Ich hätte Mitte 2009 auch nie erwartet das mein PC jetzt noch ohne Probleme mithält und dies wohl noch 1-1,5 Jahre einigermaßen schaffen wird.


----------



## Bunny_Joe (1. September 2013)

Also ich finde, dass zumindest im GPU Bereich das moorsche Gesetz noch halbwegs erfüllt wird. Guckt euch einfach mal HD6970 -> HD7970 an. Und bald kommt auch schon die nächste Gen. Das alles innerhalb von 3 Jahren. Und ich glaube, dass eine HD9970 eine HD6970 um mehr als "nur" 100% übertreffen wird.


----------



## matty2580 (1. September 2013)

CB schrieb:
			
		

> Moore's Law, benannt nach Gordon Moore, einem der Gründer von Intel und  im Jahr 1965 formuliert, besagt eine Verdoppelung der Transistoren auf  einer gegebenen Fläche rund alle zwei Jahre voraus. Moores Grundaussage  ging anfangs von 12 Monaten aus und wurde 1975 von ihm auf zwei Jahre  korrigiert. Heute geht man allgemein von einem Zeitraum von 18 – 24  Monaten aus. Moore selbst geht heute auch von einem Ende des Gesetzes um  das Jahr 2020 aus, während Pat Gelsinger, Chef der  Digital-Enterprise-Sparte bei Intel das Ende eher um das Jahr 2019  prognostiziert.


DARPA:

Vermutlich werden die Hersteller noch etwas länger durchhalten, aber bestimmt ist 2025 Schluss mit den Shrinks.
Dann kann man nur noch über die Architektur selbst Verbesserungen erreichen, oder nutzt ganz neue Technologien.
Bestimmt werden wir schon am Ende der kommenden Konsolen Gen deutliche Veränderungen in der IT erleben.

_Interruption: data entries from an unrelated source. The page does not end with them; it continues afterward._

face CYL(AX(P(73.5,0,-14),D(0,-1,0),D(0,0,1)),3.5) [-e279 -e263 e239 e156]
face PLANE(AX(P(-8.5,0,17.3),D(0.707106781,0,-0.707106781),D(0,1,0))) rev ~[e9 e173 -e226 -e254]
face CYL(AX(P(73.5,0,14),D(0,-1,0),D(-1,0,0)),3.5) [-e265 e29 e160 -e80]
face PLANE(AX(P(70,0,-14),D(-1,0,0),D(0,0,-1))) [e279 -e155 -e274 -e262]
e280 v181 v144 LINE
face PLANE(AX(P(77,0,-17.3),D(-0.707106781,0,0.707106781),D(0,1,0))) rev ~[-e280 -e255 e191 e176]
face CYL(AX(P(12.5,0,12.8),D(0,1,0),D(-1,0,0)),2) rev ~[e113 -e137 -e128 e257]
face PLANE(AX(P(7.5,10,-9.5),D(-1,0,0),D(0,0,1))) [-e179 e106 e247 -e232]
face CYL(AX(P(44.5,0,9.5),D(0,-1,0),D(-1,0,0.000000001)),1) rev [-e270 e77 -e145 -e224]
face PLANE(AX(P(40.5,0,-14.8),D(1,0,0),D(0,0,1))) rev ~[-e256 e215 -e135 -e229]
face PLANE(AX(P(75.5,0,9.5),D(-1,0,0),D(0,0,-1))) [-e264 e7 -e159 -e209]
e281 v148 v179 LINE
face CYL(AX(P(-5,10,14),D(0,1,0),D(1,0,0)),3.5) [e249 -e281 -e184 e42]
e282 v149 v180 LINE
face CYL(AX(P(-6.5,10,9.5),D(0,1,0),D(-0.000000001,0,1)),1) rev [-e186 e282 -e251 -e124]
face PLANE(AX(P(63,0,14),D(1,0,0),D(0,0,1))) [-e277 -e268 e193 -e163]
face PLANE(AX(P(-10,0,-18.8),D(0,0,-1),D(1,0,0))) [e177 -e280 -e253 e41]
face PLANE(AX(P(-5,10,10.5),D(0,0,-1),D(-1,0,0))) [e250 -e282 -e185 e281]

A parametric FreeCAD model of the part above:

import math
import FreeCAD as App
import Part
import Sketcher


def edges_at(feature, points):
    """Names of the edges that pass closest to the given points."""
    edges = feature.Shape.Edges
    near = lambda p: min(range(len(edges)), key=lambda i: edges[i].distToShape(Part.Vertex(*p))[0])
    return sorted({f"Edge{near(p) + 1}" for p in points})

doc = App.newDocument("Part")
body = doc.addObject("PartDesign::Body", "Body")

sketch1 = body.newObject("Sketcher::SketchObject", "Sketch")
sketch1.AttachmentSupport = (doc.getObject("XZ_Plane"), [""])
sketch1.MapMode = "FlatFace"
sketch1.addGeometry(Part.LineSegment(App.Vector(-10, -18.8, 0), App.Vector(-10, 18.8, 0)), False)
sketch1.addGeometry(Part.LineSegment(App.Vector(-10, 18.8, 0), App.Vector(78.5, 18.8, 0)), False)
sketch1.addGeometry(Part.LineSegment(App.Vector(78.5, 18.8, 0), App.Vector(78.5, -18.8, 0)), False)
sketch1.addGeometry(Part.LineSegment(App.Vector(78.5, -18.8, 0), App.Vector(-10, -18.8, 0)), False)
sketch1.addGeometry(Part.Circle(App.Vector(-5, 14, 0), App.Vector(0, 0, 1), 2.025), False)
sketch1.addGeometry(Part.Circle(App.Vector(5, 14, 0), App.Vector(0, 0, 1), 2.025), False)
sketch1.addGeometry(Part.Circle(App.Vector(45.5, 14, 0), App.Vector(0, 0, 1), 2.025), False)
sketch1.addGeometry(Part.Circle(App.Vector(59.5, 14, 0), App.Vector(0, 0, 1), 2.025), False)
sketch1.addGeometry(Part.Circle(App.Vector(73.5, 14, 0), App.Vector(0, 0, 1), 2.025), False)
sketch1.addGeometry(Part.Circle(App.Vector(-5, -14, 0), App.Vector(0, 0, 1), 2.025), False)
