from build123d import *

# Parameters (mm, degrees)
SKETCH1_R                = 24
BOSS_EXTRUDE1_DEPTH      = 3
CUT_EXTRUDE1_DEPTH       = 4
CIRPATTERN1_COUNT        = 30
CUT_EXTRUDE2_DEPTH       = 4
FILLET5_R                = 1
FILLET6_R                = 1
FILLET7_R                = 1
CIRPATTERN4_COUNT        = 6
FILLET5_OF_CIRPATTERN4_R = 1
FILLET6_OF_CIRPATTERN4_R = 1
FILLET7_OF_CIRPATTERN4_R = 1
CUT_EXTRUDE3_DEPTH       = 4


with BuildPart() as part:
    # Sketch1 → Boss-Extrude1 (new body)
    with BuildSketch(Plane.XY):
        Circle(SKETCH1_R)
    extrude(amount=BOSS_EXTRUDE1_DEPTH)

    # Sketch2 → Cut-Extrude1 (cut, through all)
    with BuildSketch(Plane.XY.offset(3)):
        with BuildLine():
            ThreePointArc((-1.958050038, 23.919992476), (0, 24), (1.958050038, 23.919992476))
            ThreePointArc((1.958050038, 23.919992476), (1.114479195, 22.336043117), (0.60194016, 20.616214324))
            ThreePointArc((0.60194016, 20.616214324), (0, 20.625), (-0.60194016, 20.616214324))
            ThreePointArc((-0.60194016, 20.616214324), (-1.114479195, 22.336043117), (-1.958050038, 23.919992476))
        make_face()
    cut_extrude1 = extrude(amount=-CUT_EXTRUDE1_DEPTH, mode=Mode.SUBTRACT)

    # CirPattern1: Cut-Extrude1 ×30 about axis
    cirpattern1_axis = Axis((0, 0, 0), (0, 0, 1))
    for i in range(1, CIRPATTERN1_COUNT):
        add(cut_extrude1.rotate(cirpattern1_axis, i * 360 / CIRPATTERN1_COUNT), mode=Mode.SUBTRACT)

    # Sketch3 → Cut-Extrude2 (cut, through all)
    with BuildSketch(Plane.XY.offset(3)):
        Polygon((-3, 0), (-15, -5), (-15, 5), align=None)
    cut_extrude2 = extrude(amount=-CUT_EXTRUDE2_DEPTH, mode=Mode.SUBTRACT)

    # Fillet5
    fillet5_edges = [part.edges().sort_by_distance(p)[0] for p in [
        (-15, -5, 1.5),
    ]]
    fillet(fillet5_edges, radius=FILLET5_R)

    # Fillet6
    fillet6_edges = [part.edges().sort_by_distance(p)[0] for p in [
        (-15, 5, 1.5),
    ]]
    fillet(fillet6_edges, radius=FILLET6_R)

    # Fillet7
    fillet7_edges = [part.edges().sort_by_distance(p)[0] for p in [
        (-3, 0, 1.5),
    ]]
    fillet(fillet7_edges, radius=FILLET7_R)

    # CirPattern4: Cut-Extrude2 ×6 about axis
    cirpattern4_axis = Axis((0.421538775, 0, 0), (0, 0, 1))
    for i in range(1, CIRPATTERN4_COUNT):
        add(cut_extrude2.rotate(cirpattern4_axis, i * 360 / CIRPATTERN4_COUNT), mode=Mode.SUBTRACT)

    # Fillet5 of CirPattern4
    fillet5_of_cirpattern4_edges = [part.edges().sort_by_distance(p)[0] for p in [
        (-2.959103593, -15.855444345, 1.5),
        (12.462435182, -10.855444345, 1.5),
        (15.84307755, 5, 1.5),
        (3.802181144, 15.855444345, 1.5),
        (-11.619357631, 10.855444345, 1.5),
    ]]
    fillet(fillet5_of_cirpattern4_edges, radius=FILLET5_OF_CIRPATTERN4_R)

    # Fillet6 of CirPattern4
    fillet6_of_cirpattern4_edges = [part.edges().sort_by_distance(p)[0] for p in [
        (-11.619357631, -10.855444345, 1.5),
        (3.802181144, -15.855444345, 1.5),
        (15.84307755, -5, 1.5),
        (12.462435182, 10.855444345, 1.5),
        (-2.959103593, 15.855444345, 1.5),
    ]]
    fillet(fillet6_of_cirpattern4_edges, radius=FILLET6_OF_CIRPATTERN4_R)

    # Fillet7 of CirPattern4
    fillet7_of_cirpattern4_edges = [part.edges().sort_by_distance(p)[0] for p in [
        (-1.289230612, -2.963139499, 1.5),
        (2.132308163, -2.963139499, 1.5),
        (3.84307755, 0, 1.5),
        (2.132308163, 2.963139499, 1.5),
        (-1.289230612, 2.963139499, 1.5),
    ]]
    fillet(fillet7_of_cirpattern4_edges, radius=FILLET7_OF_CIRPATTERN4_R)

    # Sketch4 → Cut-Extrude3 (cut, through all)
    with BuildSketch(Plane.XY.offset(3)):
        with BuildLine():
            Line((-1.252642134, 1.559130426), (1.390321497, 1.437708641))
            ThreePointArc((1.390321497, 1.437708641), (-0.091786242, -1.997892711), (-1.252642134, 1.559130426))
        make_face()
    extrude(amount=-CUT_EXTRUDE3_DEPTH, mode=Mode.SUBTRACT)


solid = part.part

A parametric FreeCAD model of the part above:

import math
import FreeCAD as App
import Part
import Sketcher
Q = App.Units.Quantity


def edges_at(feature, points):
    """Names of the edges that pass closest to the given points."""
    edges = feature.Shape.Edges
    near = lambda p: min(range(len(edges)), key=lambda i: edges[i].distToShape(Part.Vertex(*p))[0])
    return sorted({f"Edge{near(p) + 1}" for p in points})

doc = App.newDocument("Part")
body = doc.addObject("PartDesign::Body", "Body")

# Sketch on XY plane
sketch1 = body.newObject("Sketcher::SketchObject", "Sketch")
sketch1.AttachmentSupport = (doc.getObject("XY_Plane"), [""])
sketch1.MapMode = "FlatFace"
sketch1.addGeometry(Part.Circle(App.Vector(0, 0, 0), App.Vector(0, 0, 1), 24), False)
sketch1.addConstraint(Sketcher.Constraint("Coincident", 0, 3, -1, 1))
sketch1.addConstraint(Sketcher.Constraint("Diameter", 0, Q("48 mm")))
pad1 = body.newObject("PartDesign::Pad", "Pad")
pad1.Profile = sketch1
pad1.Length = 3

# Sketch on XY plane
sketch2 = body.newObject("Sketcher::SketchObject", "Sketch001")
sketch2.AttachmentSupport = (doc.getObject("XY_Plane"), [""])
sketch2.MapMode = "FlatFace"
sketch2.AttachmentOffset = App.Placement(App.Vector(0, 0, 3), App.Rotation())
sketch2.addGeometry(Part.ArcOfCircle(Part.Circle(App.Vector(0, 0, 0), App.Vector(0, 0, 1), 24), math.radians(85.32), math.radians(94.68)), False)
sketch2.addGeometry(Part.ArcOfCircle(Part.Circle(App.Vector(-9.4, 18.9, 0), App.Vector(0, 0, 1), 9), math.radians(11), math.radians(34)), False)
sketch2.addGeometry(Part.ArcOfCircle(Part.Circle(App.Vector(0, 0, 0), App.Vector(0, 0, 1), 20.6), math.radians(88.33), math.radians(91.67)), False)
sketch2.addGeometry(Part.ArcOfCircle(Part.Circle(App.Vector(9.4, 18.9, 0), App.Vector(0, 0, 1), 9), math.radians(146), math.radians(169)), False)
sketch2.addConstraint(Sketcher.Constraint("Coincident", 0, 2, 1, 2))
sketch2.addConstraint(Sketcher.Constraint("Coincident", 1, 1, 2, 2))
sketch2.addConstraint(Sketcher.Constraint("Coincident", 2, 1, 3, 2))
sketch2.addConstraint(Sketcher.Constraint("Coincident", 3, 1, 0, 1))
sketch2.addConstraint(Sketcher.Constraint("Coincident", 0, 3, -1, 1))
sketch2.addConstraint(Sketcher.Constraint("Coincident", 2, 3, -1, 1))
sketch2.addConstraint(Sketcher.Constraint("Equal", 1, 3))
sketch2.addConstraint(Sketcher.Constraint("Symmetric", 1, 3, 3, 3, -2))
sketch2.addConstraint(Sketcher.Constraint("Radius", 0, Q("24 mm")))
sketch2.addConstraint(Sketcher.Constraint("Radius", 1, Q("9 mm")))
sketch2.addConstraint(Sketcher.Constraint("Radius", 2, Q("20.625001 mm")))
sketch2.addConstraint(Sketcher.Constraint("DistanceX", 0, 2, 3, 1, Q("3.9161 mm")))
sketch2.addConstraint(Sketcher.Constraint("DistanceX", 1, 1, -1, 1, Q("0.60194 mm")))
pocket1 = body.newObject("PartDesign::Pocket", "Pocket")
pocket1.Profile = sketch2
pocket1.Type = "ThroughAll"
doc.recompute()

polarpattern = body.newObject("PartDesign::PolarPattern", "PolarPattern")
polarpattern.Originals = [pocket1]
polarpattern.Axis = (doc.getObject("Z_Axis"), [""])
polarpattern.Angle = 360
polarpattern.Occurrences = 30
body.Tip = polarpattern

# Sketch on XY plane
sketch3 = body.newObject("Sketcher::SketchObject", "Sketch002")
sketch3.AttachmentSupport = (doc.getObject("XY_Plane"), [""])
sketch3.MapMode = "FlatFace"
sketch3.AttachmentOffset = App.Placement(App.Vector(0, 0, 3), App.Rotation())
sketch3.addGeometry(Part.LineSegment(App.Vector(-15, -5, 0), App.Vector(-3, 0, 0)), False)
sketch3.addGeometry(Part.LineSegment(App.Vector(-3, 0, 0), App.Vector(-15, 5, 0)), False)
sketch3.addGeometry(Part.LineSegment(App.Vector(-15, 5, 0), App.Vector(-15, -5, 0)), False)
sketch3.addConstraint(Sketcher.Constraint("Coincident", 0, 2, 1, 1))
sketch3.addConstraint(Sketcher.Constraint("Coincident", 1, 2, 2, 1))
sketch3.addConstraint(Sketcher.Constraint("Coincident", 2, 2, 0, 1))
sketch3.addConstraint(Sketcher.Constraint("Vertical", 2))
sketch3.addConstraint(Sketcher.Constraint("PointOnObject", 0, 2, -1))
sketch3.addConstraint(Sketcher.Constraint("Equal", 0, 1))
sketch3.addConstraint(Sketcher.Constraint("DistanceY", 2, 2, 2, 1, Q("10 mm")))
sketch3.addConstraint(Sketcher.Constraint("Distance", 0, Q("13 mm")))
sketch3.addConstraint(Sketcher.Constraint("DistanceX", 0, 2, -1, 1, Q("3 mm")))
pocket2 = body.newObject("PartDesign::Pocket", "Pocket001")
pocket2.Profile = sketch3
pocket2.Type = "ThroughAll"
doc.recompute()

fillet = body.newObject("PartDesign::Fillet", "Fillet")
fillet.Base = (pocket2, edges_at(pocket2, [(-15, -5, 1.5)]))
fillet.Radius = 1
doc.recompute()

fillet2 = body.newObject("PartDesign::Fillet", "Fillet001")
fillet2.Base = (fillet, edges_at(fillet, [(-15, 5, 1.5)]))
fillet2.Radius = 1
doc.recompute()

fillet3 = body.newObject("PartDesign::Fillet", "Fillet002")
fillet3.Base = (fillet2, edges_at(fillet2, [(-3, 0, 1.5)]))
fillet3.Radius = 1
doc.recompute()

datumline = body.newObject("PartDesign::Line", "DatumLine")
datumline.Placement = App.Placement(App.Vector(0.421539, 0, 0), App.Rotation(App.Vector(0, 0, 1), App.Vector(0, 0, 1)))
polarpattern2 = body.newObject("PartDesign::PolarPattern", "PolarPattern001")
polarpattern2.Originals = [pocket2]
polarpattern2.Axis = (datumline, [""])
polarpattern2.Angle = 360
polarpattern2.Occurrences = 6
body.Tip = polarpattern2
doc.recompute()

fillet4 = body.newObject("PartDesign::Fillet", "Fillet003")
fillet4.Base = (polarpattern2, edges_at(polarpattern2, [
    (-2.959, -15.855, 1.5),
    (12.462, -10.855, 1.5),
    (15.843, 5, 1.5),
    (3.802, 15.855, 1.5),
    (-11.619, 10.855, 1.5),
]))
fillet4.Radius = 1
doc.recompute()

fillet5 = body.newObject("PartDesign::Fillet", "Fillet004")
fillet5.Base = (fillet4, edges_at(fillet4, [
    (-11.619, -10.855, 1.5),
    (3.802, -15.855, 1.5),
    (15.843, -5, 1.5),
    (12.462, 10.855, 1.5),
    (-2.959, 15.855, 1.5),
]))
fillet5.Radius = 1
doc.recompute()

fillet6 = body.newObject("PartDesign::Fillet", "Fillet005")
fillet6.Base = (fillet5, edges_at(fillet5, [
    (-1.289, -2.963, 1.5),
    (2.132, -2.963, 1.5),
    (3.843, 0, 1.5),
    (2.132, 2.963, 1.5),
    (-1.289, 2.963, 1.5),
]))
fillet6.Radius = 1

# Sketch on XY plane
sketch4 = body.newObject("Sketcher::SketchObject", "Sketch003")
sketch4.AttachmentSupport = (doc.getObject("XY_Plane"), [""])
sketch4.MapMode = "FlatFace"
sketch4.AttachmentOffset = App.Placement(App.Vector(0, 0, 3), App.Rotation())
sketch4.addGeometry(Part.LineSegment(App.Vector(1.4, 1.4, 0), App.Vector(-1.3, 1.6, 0)), False)
sketch4.addGeometry(Part.ArcOfCircle(Part.Circle(App.Vector(0, 0, 0), App.Vector(0, 0, 1), 2), math.radians(129), math.radians(406)), False)
sketch4.addConstraint(Sketcher.Constraint("Coincident", 0, 1, 1, 2))
sketch4.addConstraint(Sketcher.Constraint("Coincident", 1, 1, 0, 2))
sketch4.addConstraint(Sketcher.Constraint("Coincident", 1, 3, -1, 1))
sketch4.addConstraint(Sketcher.Constraint("Radius", 1, Q("2 mm")))
sketch4.addConstraint(Sketcher.Constraint("Distance", 0, Q("2.645751 mm")))
sketch4.addConstraint(Sketcher.Constraint("DistanceX", -1, 1, 0, 1, Q("1.390321 mm")))
pocket3 = body.newObject("PartDesign::Pocket", "Pocket002")
pocket3.Profile = sketch4
pocket3.Type = "ThroughAll"

doc.recompute()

So wie es heute ist, dass viel auf den eigenen Geräten berechnet wird, so wird dass zukünftig nicht mehr sein.
Berechnungen in der Cloud werden dann der neue Leistungssprung sein.
Das "Shrink"-Problem betrifft dann eher Server-Hersteller/Farmen.


----------



## Laptophasser (1. September 2013)

Da hat wohl jemand Ivy Bridge & Haswell verpennt.
Die selbe Vorhersage hätte jeder machen können der an eine neue CPU gedacht & sich informiert hat.


----------



## Veriquitas (1. September 2013)

matty2580 schrieb:


> DARPA:
> Berechnungen in der Cloud werden dann der neue Leistungssprung sein.
> Das "Shrink"-Problem betrifft dann eher Server-Hersteller/Farmen.


 
 Nein weil viel zu komplex und noch unsinniger, es wird nie so ein das man Berechnungen fern ab macht, weil es nur Anweisungen schwieriger macht. Man vereinfacht die Dinge dadurch nicht gerade wenn menschliche Köpfe im Spiel sind und keine Computer.


----------



## Gast20140625 (1. September 2013)

Was habt ihr hier alle mit der Leistung von Sandy/Ivy/Haswell bzw. aktuellen GPUs oder irgendwelchem Cloud-Zeugs?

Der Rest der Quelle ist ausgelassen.